The patients’ characteristics and preoperative data are summarized in Table 1. A total of 101 patients were admitted for AADA involving the ascending aorta. As factors related to GERAADA score, the mean age was 69 years (range, 34–88 years); 67 patients were male (66%). Previous cardiac surgery had been performed in 5 (5%) patients. At referral, 6 (6%) patients were already mechanically ventilated. Prior to surgery, inotropic support due to hemodynamic instability was required in 5 (5%) cases, while 6 (6%) patients had at least one episode of cardiopulmonary resuscitation since AADA onset. Six patients (6%) needed resuscitation owing to cardiopulmonary arrest because of coronary malperfusion (1 patient), cardiac tamponade (4 patients), and unknown (1 patient). Preoperative moderate to severe aortic regurgitation and end-organ malperfusion syndrome were diagnosed in 22 (22%) and 41 (41%) patients, respectively. Hemiparesis was evident in 21 (21%) patients. As factors not related to GERAADA score, eleven (11%) patients required hemodialysis and 59 (58%) patients were transported from other hospital. Sixty (59%) patients had spouse or partner and 70 (69%) patients lived with family. Time from onset to arrival at the hospital and time from onset to arrival at the operation room were 187 (24–1020) and 291 (101–1257) minutes.

Operative procedures and postoperative outcomes are summarized in Table 2. Early mortality occurred in six patients (6%) cases: three patients died of extensive cerebral infarction, one of descending aortic rupture, one of multiorgan failure, and one of coma.
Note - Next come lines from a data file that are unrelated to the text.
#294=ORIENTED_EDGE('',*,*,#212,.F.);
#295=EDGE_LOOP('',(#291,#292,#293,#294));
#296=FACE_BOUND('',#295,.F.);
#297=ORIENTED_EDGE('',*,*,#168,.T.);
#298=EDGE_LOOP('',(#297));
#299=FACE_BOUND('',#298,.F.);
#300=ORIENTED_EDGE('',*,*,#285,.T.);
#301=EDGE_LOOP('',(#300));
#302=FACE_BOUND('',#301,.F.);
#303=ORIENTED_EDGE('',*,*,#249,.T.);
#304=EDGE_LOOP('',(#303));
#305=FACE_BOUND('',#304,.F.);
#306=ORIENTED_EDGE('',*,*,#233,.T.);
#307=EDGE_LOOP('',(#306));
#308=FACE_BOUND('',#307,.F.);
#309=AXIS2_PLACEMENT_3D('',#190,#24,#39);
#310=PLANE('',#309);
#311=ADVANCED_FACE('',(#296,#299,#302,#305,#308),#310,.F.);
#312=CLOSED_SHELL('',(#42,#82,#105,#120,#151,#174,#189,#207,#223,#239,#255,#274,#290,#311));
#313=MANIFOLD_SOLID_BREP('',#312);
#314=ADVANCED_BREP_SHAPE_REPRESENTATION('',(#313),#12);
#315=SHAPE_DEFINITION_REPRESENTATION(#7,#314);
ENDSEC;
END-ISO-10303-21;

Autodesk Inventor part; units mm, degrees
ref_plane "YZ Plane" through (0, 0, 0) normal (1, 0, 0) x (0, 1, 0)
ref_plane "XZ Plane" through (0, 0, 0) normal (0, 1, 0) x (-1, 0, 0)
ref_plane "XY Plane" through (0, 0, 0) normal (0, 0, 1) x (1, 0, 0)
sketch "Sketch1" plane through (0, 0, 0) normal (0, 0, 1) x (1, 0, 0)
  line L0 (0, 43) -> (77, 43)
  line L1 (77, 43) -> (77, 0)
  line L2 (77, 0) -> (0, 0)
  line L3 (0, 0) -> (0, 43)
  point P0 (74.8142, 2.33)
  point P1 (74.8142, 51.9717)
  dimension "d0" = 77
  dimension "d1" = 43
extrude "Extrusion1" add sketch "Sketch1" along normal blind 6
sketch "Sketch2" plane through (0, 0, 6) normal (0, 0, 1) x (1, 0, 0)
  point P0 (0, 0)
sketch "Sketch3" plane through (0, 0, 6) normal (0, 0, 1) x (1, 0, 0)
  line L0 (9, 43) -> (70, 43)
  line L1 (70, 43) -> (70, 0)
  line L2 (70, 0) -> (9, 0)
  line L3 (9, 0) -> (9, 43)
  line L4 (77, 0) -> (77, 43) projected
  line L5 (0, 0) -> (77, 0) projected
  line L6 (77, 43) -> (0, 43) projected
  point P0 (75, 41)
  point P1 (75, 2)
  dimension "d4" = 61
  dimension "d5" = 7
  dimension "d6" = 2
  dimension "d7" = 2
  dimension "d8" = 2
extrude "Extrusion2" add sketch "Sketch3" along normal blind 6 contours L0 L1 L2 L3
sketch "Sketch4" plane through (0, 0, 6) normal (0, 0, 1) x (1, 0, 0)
Late mortality occurred in four (4%) cases: two patients died of heart failure 3 months and 2 years after surgery and two patients died of unknown causes 3 months and 6 months after surgery. Follow up date was 295 (0–2022) days. During follow-up, MACCE occurred in 23 (23%) cases, in which nine patients died in the early and late period including one case of stroke, four patients needed redo open heart surgery, two patients needed percutaneous coronary intervention, one patient developed heart failure requiring hospitalization, and eight patients developed major cerebrovascular events. In redo open heart surgery, two patients underwent reanastomosis of artificial graft because of severe bending, one patient underwent aortic valve replacement, and one patient underwent aortic root repair. MAAE occurred in 19 (19%) cases, in which one patient died due to aortic rupture, four patients needed redo open surgery or open surgery for new aortic lesions, and fifteen patients underwent endovascular aortic repair or intervention for aortic disease including one case of redo open surgery.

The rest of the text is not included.